Il parroco di San Gelasio: la visita del Papa è un dono
Amedeo Lomonaco - Città del Vaticano
Cresce l’attesa per la visita pastorale, domani, di Papa Francesco alla Parrocchia romana di San Gelasio I nel quartiere Ponte Mammolo-Rebibbia. Durante la visita, il Pontefice incontrerà i bambini, i ragazzi del catechismo, i giovani dell’oratorio, le famiglie, i malati, gli anziani e i poveri e gli operatori del centro Caritas.
Durante la visita pastorale, è previsto anche il colloquio del Santo Padre con due giovani, di 18 e 25 anni, provenienti dalla Repubblica del Gambia. Dopo la confessione di alcuni parrocchiani, alle 18.00, il Papa presiederà la liturgia eucaristica. La parrocchia è affidata alla famiglia ecclesiale Missione Chiesa-Mondo, una realtà ecclesiale i cui membri si adoperano per promuovere il rinnovamento della pastorale parrocchiale seguendo le piste del Concilio Vaticano II. Istituita nel 1972, la parrocchia di San Gelasio I Papa sorge tra schiere di palazzi,. non lontana dal carcere di Rebibbia. La chiesa di San Gelasio I è assiduamente frequentata da centinaia di fedeli. Sono tantissimi anche i giovani che, quotidianamente, vengono coinvolti in attività di oratorio.
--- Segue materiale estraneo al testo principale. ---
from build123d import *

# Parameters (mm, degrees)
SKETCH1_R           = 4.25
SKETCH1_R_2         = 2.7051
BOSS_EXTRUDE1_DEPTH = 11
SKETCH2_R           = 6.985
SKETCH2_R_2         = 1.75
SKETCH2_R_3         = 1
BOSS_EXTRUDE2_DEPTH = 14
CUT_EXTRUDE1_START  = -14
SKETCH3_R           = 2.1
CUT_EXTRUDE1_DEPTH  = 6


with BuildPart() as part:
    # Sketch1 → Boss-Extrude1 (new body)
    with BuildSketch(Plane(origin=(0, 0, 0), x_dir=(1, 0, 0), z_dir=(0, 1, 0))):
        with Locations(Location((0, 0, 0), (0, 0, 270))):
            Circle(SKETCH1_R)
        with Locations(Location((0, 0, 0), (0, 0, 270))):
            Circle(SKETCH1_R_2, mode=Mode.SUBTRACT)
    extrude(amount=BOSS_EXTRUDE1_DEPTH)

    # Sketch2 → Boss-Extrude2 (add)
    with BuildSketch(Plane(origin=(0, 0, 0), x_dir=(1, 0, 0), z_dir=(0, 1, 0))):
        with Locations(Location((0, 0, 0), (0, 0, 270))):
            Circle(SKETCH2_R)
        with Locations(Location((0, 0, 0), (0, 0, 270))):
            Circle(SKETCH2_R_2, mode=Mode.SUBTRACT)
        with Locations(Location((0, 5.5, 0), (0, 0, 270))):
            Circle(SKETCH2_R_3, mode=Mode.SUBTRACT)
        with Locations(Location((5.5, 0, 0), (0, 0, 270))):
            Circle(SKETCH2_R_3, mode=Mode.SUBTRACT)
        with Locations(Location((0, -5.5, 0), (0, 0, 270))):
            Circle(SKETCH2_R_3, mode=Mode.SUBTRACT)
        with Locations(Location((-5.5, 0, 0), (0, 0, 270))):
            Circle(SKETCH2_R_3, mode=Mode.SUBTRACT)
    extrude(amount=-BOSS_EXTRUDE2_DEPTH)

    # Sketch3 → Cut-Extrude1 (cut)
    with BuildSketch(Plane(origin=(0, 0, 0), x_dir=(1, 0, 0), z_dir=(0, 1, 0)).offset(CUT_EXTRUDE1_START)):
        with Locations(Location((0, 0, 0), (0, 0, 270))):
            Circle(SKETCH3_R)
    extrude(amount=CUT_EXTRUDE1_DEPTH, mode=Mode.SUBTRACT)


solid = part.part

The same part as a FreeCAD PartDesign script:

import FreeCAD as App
import Part
import Sketcher
from FreeCAD import Vector
Q = App.Units.Quantity

doc = App.newDocument("Part")
body = doc.addObject("PartDesign::Body", "Body")

# Sketch on XZ plane
sketch1 = body.newObject("Sketcher::SketchObject", "Sketch")
sketch1.AttachmentSupport = (doc.getObject("XZ_Plane"), [""])
sketch1.MapMode = "FlatFace"
sketch1.addGeometry([
    Part.Circle(Vector(0, 0, 0), Vector(0, 0, 1), 4.25),
    Part.Circle(Vector(0, 0, 0), Vector(0, 0, 1), 2.7051),
], False)
sketch1.addConstraint([
    Sketcher.Constraint("Coincident", 0, 3, -1, 1),
    Sketcher.Constraint("Coincident", 1, 3, -1, 1),
    Sketcher.Constraint("Diameter", 0, Q("8.5 mm")),
    Sketcher.Constraint("Diameter", 1, Q("5.4102 mm")),
])
pad1 = body.newObject("PartDesign::Pad", "Pad")
pad1.Profile = sketch1
pad1.Length = 11
pad1.Reversed = True

# Sketch on XZ plane
sketch2 = body.newObject("Sketcher::SketchObject", "Sketch001")
sketch2.AttachmentSupport = (doc.getObject("XZ_Plane"), [""])
sketch2.MapMode = "FlatFace"
sketch2.addGeometry([
    Part.Circle(Vector(0, 0, 0), Vector(0, 0, 1), 6.985),  # 0
    Part.Circle(Vector(0, -5.5, 0), Vector(0, 0, 1), 1),  # 1
    Part.Circle(Vector(-5.5, 0, 0), Vector(0, 0, 1), 1),  # 2
    Part.Circle(Vector(5.5, 0, 0), Vector(0, 0, 1), 1),  # 3
    Part.Circle(Vector(0, 0, 0), Vector(0, 0, 1), 1.75),  # 4
    Part.Circle(Vector(0, 5.5, 0), Vector(0, 0, 1), 1),  # 5
], False)
sketch2.addConstraint([
    Sketcher.Constraint("Coincident", 0, 3, -1, 1),
    Sketcher.Constraint("Coincident", 4, 3, -1, 1),
    Sketcher.Constraint("Equal", 1, 2),
    Sketcher.Constraint("Equal", 2, 3),
    Sketcher.Constraint("Equal", 3, 5),
    Sketcher.Constraint("Symmetric", 2, 3, 3, 3, -1, 1),
    Sketcher.Constraint("Symmetric", 1, 3, 5, 3, -1, 1),
    Sketcher.Constraint("PointOnObject", 1, 3, -2),
    Sketcher.Constraint("PointOnObject", 2, 3, -1),
    Sketcher.Constraint("Diameter", 1, Q("2 mm")),
    Sketcher.Constraint("Diameter", 4, Q("3.5 mm")),
    Sketcher.Constraint("Diameter", 0, Q("13.97 mm")),
    Sketcher.Constraint("DistanceX", 2, 3, 3, 3, Q("11 mm")),
    Sketcher.Constraint("DistanceY", 1, 3, 5, 3, Q("11 mm")),
])
pad2 = body.newObject("PartDesign::Pad", "Pad001")
pad2.Profile = sketch2
pad2.Length = 14

# Sketch on XZ plane
sketch3 = body.newObject("Sketcher::SketchObject", "Sketch002")
sketch3.AttachmentSupport = (doc.getObject("XZ_Plane"), [""])
sketch3.MapMode = "FlatFace"
sketch3.AttachmentOffset = App.Placement(Vector(0, 0, 14), App.Rotation())
sketch3.addGeometry(Part.Circle(Vector(0, 0, 0), Vector(0, 0, 1), 2.1), False)
sketch3.addConstraint([
    Sketcher.Constraint("Coincident", 0, 3, -1, 1),
    Sketcher.Constraint("Diameter", 0, Q("4.2 mm")),
])
pocket1 = body.newObject("PartDesign::Pocket", "Pocket")
pocket1.Profile = sketch3
pocket1.Length = 6

doc.recompute()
Ad accogliere il Santo Padre ci sarà, tra gli altri, il parroco don Giuseppe Raciti che, ai nostri microfoni, si sofferma sulla realtà della propria parrocchia:
Sono il parroco della parrocchia di San Gelasio, che sarà visitata da Papa Francesco. E’ un dono tanto atteso da questa comunità perché in 46 anni della sua vita non ha mai ricevuto la visita del Papa. La comunità è molto emozionata, in fibrillazione per questo dono. E’ un dono che sta procurando i suoi effetti: si considera la parrocchia casa propria, ci si rimbocca le maniche per pulire, per sistemare, per accogliere il Papa al meglio. Questo è il primo miracolo di questa visita del Papa: la mobilitazione generale della gente scandita da orgoglio e da un senso di appartenenza che la gente sta riscoprendo.
Qual è la realtà di questa parrocchia?
R. - Il quartiere è quello di Rebibbia. Siamo nella periferia romana, vicino al carcere. Questo per noi è un segno, una sfida. Il fatto di essere rinchiusi dentro quelle mura ci può far correre il rischio di disinteressarci della vita di quelle persone che, comunque, consideriamo nostri parrocchiani. Abbiamo cercato in questi anni di interagire con i detenuti, di incontrarli. Siamo anche andati dentro il carcere, abbiamo ascoltato la Parola di Dio insieme con loro. Questa esperienza ci ha molto arricchito, come comunità, per creare i ponti di cui spesso il Papa ci parla. Ponti che oltrepassano le pareti così alte della vita dei detenuti. Questa è una sfida. Poi c’è la sfida della povertà, che vediamo crescere sempre di più. E ci sono gli immigrati che ormai popolano il quartiere. La borgata storica di Rebibbia prima era abitata dai romani. Lentamente, ormai, si sta trasformando e sono molti gli immigrati residenti nel nostro quartiere. E la sfida è questa: cercare di dialogare con loro, accoglierli, cogliere il positivo. Durante la festa di San Gelasio, per esempio, c’è un momento che ormai è diventato una tradizione nella parrocchia. Ed è molto atteso dalla gente. Si tratta della serata multietnica, con la cena multietnica. Gli immigrati presentano i loro cibi, le loro tradizioni e noi interagiamo con loro. Questo è un momento bellissimo.
Saranno presenti dei detenuti durante l’incontro con il Santo Padre?
R. - Ci sarà qualcuno tra quelli in semi-libertà. E ci saranno gli ex-detenuti: qualcuno, ormai, fa parte della parrocchia, nel senso che la frequenta, l’ha frequentata. Abbiamo anche aiutato alcuni a cercare un reinserimento sociale. Piccole cose… Noi non siamo una grande comunità parrocchiale: siamo piccoli, poveri di mezzi e di risorse, ma non di umanità. Siamo carichi di umanità e di cuore. Ed è quello che ci salva in questa parrocchia.